Using the records underneath, tally the lines where the word "BuildPart" appears and please give only the count.

[Records for the exercise — start]

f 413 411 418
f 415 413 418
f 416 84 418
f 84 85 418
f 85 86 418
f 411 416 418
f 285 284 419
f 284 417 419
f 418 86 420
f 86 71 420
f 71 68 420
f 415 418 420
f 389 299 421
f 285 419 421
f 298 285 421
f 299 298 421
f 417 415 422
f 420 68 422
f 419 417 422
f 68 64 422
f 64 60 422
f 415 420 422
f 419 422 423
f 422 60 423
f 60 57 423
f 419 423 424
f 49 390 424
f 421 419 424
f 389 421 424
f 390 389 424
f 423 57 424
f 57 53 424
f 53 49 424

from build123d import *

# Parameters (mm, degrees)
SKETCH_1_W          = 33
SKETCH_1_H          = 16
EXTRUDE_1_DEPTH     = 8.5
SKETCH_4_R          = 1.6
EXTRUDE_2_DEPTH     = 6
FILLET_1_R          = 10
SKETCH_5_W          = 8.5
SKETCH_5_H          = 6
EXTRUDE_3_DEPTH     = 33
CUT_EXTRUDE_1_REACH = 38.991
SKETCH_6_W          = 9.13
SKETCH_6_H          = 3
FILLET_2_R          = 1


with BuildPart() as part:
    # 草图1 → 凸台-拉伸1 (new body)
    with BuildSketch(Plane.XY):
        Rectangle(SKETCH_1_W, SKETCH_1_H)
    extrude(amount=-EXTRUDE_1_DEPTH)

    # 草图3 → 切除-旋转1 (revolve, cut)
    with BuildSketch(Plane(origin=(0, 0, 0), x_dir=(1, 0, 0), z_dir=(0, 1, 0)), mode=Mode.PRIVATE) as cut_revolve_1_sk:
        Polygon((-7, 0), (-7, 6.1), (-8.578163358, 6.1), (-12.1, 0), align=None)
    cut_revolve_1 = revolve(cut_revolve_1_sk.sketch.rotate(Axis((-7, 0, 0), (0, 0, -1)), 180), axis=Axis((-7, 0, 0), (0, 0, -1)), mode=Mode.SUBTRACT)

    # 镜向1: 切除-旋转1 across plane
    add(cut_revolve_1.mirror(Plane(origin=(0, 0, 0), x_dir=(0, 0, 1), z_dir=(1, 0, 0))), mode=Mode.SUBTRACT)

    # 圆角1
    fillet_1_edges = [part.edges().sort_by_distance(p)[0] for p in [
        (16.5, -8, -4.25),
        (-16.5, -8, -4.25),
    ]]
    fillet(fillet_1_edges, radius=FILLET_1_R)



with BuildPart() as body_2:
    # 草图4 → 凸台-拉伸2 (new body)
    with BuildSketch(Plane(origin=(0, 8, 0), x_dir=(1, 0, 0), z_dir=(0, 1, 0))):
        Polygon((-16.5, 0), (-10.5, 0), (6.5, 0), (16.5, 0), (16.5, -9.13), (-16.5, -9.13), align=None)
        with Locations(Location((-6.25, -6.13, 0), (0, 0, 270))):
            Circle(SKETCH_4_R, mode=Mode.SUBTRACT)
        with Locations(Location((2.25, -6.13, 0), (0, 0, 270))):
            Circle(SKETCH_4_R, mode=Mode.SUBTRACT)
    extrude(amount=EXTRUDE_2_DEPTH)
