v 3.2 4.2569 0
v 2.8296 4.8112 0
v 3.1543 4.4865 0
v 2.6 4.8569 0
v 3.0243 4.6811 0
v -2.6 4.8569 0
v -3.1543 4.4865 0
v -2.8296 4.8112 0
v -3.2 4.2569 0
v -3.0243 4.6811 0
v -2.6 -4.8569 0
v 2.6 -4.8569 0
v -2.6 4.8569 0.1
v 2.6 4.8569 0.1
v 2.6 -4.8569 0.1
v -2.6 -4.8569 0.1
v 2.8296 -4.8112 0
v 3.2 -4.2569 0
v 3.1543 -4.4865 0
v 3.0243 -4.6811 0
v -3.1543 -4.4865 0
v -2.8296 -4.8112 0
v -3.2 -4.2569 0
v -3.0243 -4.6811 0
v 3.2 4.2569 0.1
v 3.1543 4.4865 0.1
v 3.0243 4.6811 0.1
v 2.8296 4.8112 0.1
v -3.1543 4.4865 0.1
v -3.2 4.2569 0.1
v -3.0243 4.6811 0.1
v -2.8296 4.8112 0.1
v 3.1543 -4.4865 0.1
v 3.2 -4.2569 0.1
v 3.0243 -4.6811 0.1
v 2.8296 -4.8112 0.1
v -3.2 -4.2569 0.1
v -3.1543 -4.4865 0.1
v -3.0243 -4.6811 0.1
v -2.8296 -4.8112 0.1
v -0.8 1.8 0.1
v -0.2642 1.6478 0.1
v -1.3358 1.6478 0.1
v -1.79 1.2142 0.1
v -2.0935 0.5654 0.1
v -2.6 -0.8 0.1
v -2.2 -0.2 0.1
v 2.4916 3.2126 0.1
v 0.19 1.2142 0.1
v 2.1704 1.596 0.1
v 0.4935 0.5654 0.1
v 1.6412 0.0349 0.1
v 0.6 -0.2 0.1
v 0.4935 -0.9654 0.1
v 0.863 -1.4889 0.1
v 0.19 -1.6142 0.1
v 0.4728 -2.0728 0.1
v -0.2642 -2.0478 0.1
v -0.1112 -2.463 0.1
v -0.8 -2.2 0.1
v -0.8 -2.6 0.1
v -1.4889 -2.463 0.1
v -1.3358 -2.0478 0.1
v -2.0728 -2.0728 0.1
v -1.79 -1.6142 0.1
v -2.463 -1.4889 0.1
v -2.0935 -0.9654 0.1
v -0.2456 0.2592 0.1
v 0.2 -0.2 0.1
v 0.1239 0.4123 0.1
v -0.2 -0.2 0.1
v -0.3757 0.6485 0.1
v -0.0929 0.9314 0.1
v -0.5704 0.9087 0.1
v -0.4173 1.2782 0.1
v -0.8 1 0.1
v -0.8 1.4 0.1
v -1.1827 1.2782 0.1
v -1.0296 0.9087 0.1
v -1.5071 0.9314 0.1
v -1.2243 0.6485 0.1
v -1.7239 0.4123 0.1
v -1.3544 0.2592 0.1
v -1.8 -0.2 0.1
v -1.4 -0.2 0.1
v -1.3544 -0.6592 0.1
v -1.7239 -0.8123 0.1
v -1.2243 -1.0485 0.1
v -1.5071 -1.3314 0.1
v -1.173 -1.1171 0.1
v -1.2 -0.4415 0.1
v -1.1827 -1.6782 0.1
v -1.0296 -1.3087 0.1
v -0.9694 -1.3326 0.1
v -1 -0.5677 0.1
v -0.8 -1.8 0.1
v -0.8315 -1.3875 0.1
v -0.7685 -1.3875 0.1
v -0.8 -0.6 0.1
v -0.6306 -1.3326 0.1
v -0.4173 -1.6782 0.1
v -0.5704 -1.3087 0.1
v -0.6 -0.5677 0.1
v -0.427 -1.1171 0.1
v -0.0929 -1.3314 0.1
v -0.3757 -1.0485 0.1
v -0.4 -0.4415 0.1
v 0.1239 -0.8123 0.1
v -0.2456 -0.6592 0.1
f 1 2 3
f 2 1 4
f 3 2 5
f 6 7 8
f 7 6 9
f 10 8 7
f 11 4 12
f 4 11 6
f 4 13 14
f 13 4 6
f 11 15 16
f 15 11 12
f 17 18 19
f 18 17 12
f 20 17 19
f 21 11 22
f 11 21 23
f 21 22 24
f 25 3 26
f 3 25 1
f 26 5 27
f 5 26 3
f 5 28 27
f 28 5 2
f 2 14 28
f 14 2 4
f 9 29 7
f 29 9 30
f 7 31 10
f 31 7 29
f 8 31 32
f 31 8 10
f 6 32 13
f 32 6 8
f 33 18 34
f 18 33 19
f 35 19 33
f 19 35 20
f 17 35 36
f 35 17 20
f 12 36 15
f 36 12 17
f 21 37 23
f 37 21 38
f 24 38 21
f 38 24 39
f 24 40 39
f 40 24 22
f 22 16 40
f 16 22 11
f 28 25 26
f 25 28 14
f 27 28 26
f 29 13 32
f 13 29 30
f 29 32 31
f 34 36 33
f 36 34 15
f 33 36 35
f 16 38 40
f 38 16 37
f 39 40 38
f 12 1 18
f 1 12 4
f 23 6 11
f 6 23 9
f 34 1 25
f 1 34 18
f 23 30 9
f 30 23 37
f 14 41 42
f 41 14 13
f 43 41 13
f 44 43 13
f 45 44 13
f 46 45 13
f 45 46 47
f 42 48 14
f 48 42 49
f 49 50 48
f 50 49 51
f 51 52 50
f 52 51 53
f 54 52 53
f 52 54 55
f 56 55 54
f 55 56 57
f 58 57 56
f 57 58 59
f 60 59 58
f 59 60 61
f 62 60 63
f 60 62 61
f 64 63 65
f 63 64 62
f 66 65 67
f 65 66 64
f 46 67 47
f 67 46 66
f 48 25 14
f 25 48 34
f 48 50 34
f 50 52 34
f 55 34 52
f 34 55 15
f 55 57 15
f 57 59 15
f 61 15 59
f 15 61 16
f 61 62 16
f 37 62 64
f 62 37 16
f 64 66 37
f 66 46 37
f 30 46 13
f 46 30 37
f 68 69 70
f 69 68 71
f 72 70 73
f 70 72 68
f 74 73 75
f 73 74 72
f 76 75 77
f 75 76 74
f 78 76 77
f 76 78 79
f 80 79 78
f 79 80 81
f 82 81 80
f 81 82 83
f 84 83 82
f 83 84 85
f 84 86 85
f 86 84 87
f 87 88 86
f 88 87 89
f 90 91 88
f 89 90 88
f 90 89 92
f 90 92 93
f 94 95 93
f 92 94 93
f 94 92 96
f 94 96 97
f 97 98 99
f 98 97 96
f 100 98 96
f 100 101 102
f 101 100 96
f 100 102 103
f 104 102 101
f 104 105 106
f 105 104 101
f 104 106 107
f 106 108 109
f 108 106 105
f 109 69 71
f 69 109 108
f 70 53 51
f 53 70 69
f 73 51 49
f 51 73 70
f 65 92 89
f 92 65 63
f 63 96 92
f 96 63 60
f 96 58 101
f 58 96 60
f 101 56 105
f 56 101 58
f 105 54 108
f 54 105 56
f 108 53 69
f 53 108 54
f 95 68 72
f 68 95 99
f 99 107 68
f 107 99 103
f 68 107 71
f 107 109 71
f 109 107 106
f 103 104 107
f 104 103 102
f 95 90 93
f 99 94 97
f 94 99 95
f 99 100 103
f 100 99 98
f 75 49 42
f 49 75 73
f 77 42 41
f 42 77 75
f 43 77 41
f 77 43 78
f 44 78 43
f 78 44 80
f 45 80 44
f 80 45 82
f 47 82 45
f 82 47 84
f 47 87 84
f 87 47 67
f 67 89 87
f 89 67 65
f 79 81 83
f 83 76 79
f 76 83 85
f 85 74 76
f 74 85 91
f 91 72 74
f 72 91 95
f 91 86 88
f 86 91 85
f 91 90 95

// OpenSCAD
// file: ../p/box3u12.scad
use <../lib.scad>
function ldraw_lib__box3u12() = [
// 0 Box with 3 Parallel Faces without Any Edges
// 0 Name: box3u12.dat
// 0 Author: J.C. Tchang [tchang]
// 0 !LDRAW_ORG Primitive UPDATE 2014-02
// 0 !LICENSE Licensed under CC BY 4.0 : see CAreadme.txt
// 
// 0 BFC CERTIFY CCW
  [0,"BFC","CERTIFY"],
  [0,"BFC","CCW"],
// 
// 0 !HISTORY 2014-12-23 [PTadmin] Official Update 2014-02
// 
// 
// 4 16 -1 1 1 1 1 1 1 1 -1 -1 1 -1
  [4,16,-1,1,1,1,1,1,1,1,-1,-1,1,-1],
// 4 16 -1 1 1 -1 0 1 1 0 1 1 1 1
  [4,16,-1,1,1,-1,0,1,1,0,1,1,1,1],
// 4 16 1 1 -1 1 0 -1 -1 0 -1 -1 1 -1
  [4,16,1,1,-1,1,0,-1,-1,0,-1,-1,1,-1],
];
module ldraw_lib__box3u12(step=0, col=false, unit=2/5, alt=false, line=0.2, solid=!$preview)
    makepoly(ldraw_lib__box3u12(), step=step, col=col, unit=unit, alt=alt, line=line, solid=solid);
ldraw_lib__box3u12(line=0.2);
// file: ../p/1-4cyli.scad
use <../lib.scad>
function ldraw_lib__1_4cyli() = [
// 0 Cylinder 0.25
// 0 Name: 1-4cyli.dat
// 0 Author: James Jessiman
// 0 !LDRAW_ORG Primitive UPDATE 2012-01
// 0 !LICENSE Licensed under CC BY 4.0 : see CAreadme.txt
// 
// 0 BFC CERTIFY CCW
  [0,"BFC","CERTIFY"],
  [0,"BFC","CCW"],
// 
// 0 !HISTORY 2002-03-23 [sbliss] Added BFC statement.
// 0 !HISTORY 2002-04-25 [PTadmin] Official Update 2002-02
// 0 !HISTORY 2007-06-22 [PTadmin] Header formatted for Contributor Agreement
// 0 !HISTORY 2008-07-01 [PTadmin] Official Update 2008-01
// 0 !HISTORY 2012-02-16 [Philo] Changed to CCW
// 0 !HISTORY 2012-03-30 [PTadmin] Official Update 2012-01
// 
// 
// 4 16 1 1 0 0.9239 1 0.3827 0.9239 0 0.3827 1 0 0
  [4,16,1,1,0,0.9239,1,0.3827,0.9239,0,0.3827,1,0,0],
// 5 24 1 0 0 1 1 0 0.9239 0 0.3827 1 0 -1
  [5,24,1,0,0,1,1,0,0.9239,0,0.3827,1,0,-1],
// 4 16 0.9239 1 0.3827 0.7071 1 0.7071 0.7071 0 0.7071 0.9239 0 0.3827
  [4,16,0.9239,1,0.3827,0.7071,1,0.7071,0.7071,0,0.7071,0.9239,0,0.3827],
// 5 24 0.9239 0 0.3827 0.9239 1 0.3827 0.7071 0 0.7071 1 0 0
  [5,24,0.9239,0,0.3827,0.9239,1,0.3827,0.7071,0,0.7071,1,0,0],
// 4 16 0.7071 1 0.7071 0.3827 1 0.9239 0.3827 0 0.9239 0.7071 0 0.7071
  [4,16,0.7071,1,0.7071,0.3827,1,0.9239,0.3827,0,0.9239,0.7071,0,0.7071],
// 5 24 0.7071 0 0.7071 0.7071 1 0.7071 0.3827 0 0.9239 0.9239 0 0.3827
  [5,24,0.7071,0,0.7071,0.7071,1,0.7071,0.3827,0,0.9239,0.9239,0,0.3827],
// 4 16 0.3827 1 0.9239 0 1 1 0 0 1 0.3827 0 0.9239
  [4,16,0.3827,1,0.9239,0,1,1,0,0,1,0.3827,0,0.9239],
// 5 24 0.3827 0 0.9239 0.3827 1 0.9239 0 0 1 0.7071 0 0.7071
  [5,24,0.3827,0,0.9239,0.3827,1,0.9239,0,0,1,0.7071,0,0.7071],
// 5 24 0 0 1 0 1 1 0.3827 0 0.9239 -1 0 1
  [5,24,0,0,1,0,1,1,0.3827,0,0.9239,-1,0,1],
];
module ldraw_lib__1_4cyli(step=0, col=false, unit=2/5, alt=false, line=0.2, solid=!$preview)
    makepoly(ldraw_lib__1_4cyli(), step=step, col=col, unit=unit, alt=alt, line=line, solid=solid);
ldraw_lib__1_4cyli(line=0.2);
// file: ../p/1-4chrd.scad
use <../lib.scad>
function ldraw_lib__1_4chrd() = [
// 0 Chord 0.25
// 0 Name: 1-4chrd.dat
// 0 Author: Max Martin Richter [MMR1988]
// 0 !LDRAW_ORG Primitive UPDATE 2023-05
// 0 !LICENSE Licensed under CC BY 4.0 : see CAreadme.txt
// 
// 0 BFC CERTIFY CCW
  [0,"BFC","CERTIFY"],
  [0,"BFC","CCW"],
// 
// 0 !HISTORY 2004-04-22 [PTadmin] Official Update 2004-02
// 0 !HISTORY 2007-10-09 [PTadmin] Header formatted for Contributor Agreement
// 0 !HISTORY 2008-07-01 [PTadmin] Official Update 2008-01
// 0 !HISTORY 2012-08-02 [MMR1988] Re-creation with PrimGen2 and Rectifier
// 0 !HISTORY 2012-08-09 [PTadmin] Official Update 2012-02
// 0 !HISTORY 2023-10-27 [OrionP] Change author to MMR1988 from hafhead
// 0 !HISTORY 2023-10-31 [OrionP] Official Update 2023-05
// 
// 4 16 0.9239 0 0.3827 0.3827 0 0.9239 0 0 1 1 0 0
  [4,16,0.9239,0,0.3827,0.3827,0,0.9239,0,0,1,1,0,0],
// 3 16 0.7071 0 0.7071 0.3827 0 0.9239 0.9239 0 0.3827
  [3,16,0.7071,0,0.7071,0.3827,0,0.9239,0.9239,0,0.3827],
];
module ldraw_lib__1_4chrd(step=0, col=false, unit=2/5, alt=false, line=0.2, solid=!$preview)
    makepoly(ldraw_lib__1_4chrd(), step=step, col=col, unit=unit, alt=alt, line=line, solid=solid);
ldraw_lib__1_4chrd(line=0.2);
// file: s/6148328ags02.scad
use <../../lib.scad>
function ldraw_lib__s__6148328ags02() = [
// 0 ~Sticker  1.8 x  0.8 with Black Headlamp on White Background Right - Headlamp
// 0 Name: s\6148328ags02.dat
// 0 Author: Massimo Maso [Sirio]
// 0 !LDRAW_ORG Subpart UPDATE 2024-01
// 0 !LICENSE Licensed under CC BY 4.0 : see CAreadme.txt
// 
// 0 BFC CERTIFY CCW
  [0,"BFC","CERTIFY"],
  [0,"BFC","CCW"],
// 
// 0 !HISTORY 2024-01-29 [OrionP] Official Update 2024-01
// 
// 
// 0 // Faces
// 0 // Black faces
// 
// 4 0 2.3098 0 1.5308 1.3859 0 1.1481 1.5 0 0 2.5 0 0
  [4,0,2.3098,0,1.5308,1.3859,0,1.1481,1.5,0,0,2.5,0,0],
// 4 0 2.3098 0 1.5308 1.7678 0 2.8284 1.0607 0 2.1213 1.3859 0 1.1481
  [4,0,2.3098,0,1.5308,1.7678,0,2.8284,1.0607,0,2.1213,1.3859,0,1.1481],
// 4 0 .9568 0 3.6956 .5741 0 2.7717 1.0607 0 2.1213 1.7678 0 2.8284
  [4,0,.9568,0,3.6956,.5741,0,2.7717,1.0607,0,2.1213,1.7678,0,2.8284],
// 4 0 .9568 0 3.6956 0 0 4 0 0 3 .5741 0 2.7717
  [4,0,.9568,0,3.6956,0,0,4,0,0,3,.5741,0,2.7717],
// 4 0 -.9568 0 3.6956 -.5741 0 2.7717 0 0 3 0 0 4
  [4,0,-.9568,0,3.6956,-.5741,0,2.7717,0,0,3,0,0,4],
// 4 0 -.9568 0 3.6956 -1.7678 0 2.8284 -1.0607 0 2.1213 -.5741 0 2.7717
  [4,0,-.9568,0,3.6956,-1.7678,0,2.8284,-1.0607,0,2.1213,-.5741,0,2.7717],
// 4 0 -2.3098 0 1.5308 -1.3859 0 1.1481 -1.0607 0 2.1213 -1.7678 0 2.8284
  [4,0,-2.3098,0,1.5308,-1.3859,0,1.1481,-1.0607,0,2.1213,-1.7678,0,2.8284],
// 4 0 -2.3098 0 1.5308 -2.5 0 0 -1.5 0 0 -1.3859 0 1.1481
  [4,0,-2.3098,0,1.5308,-2.5,0,0,-1.5,0,0,-1.3859,0,1.1481],
// 4 0 -2.3098 0 -1.5308 -1.3859 0 -1.1481 -1.5 0 0 -2.5 0 0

[Records for the exercise — finish]

◆ **Solution to the exercise**:
2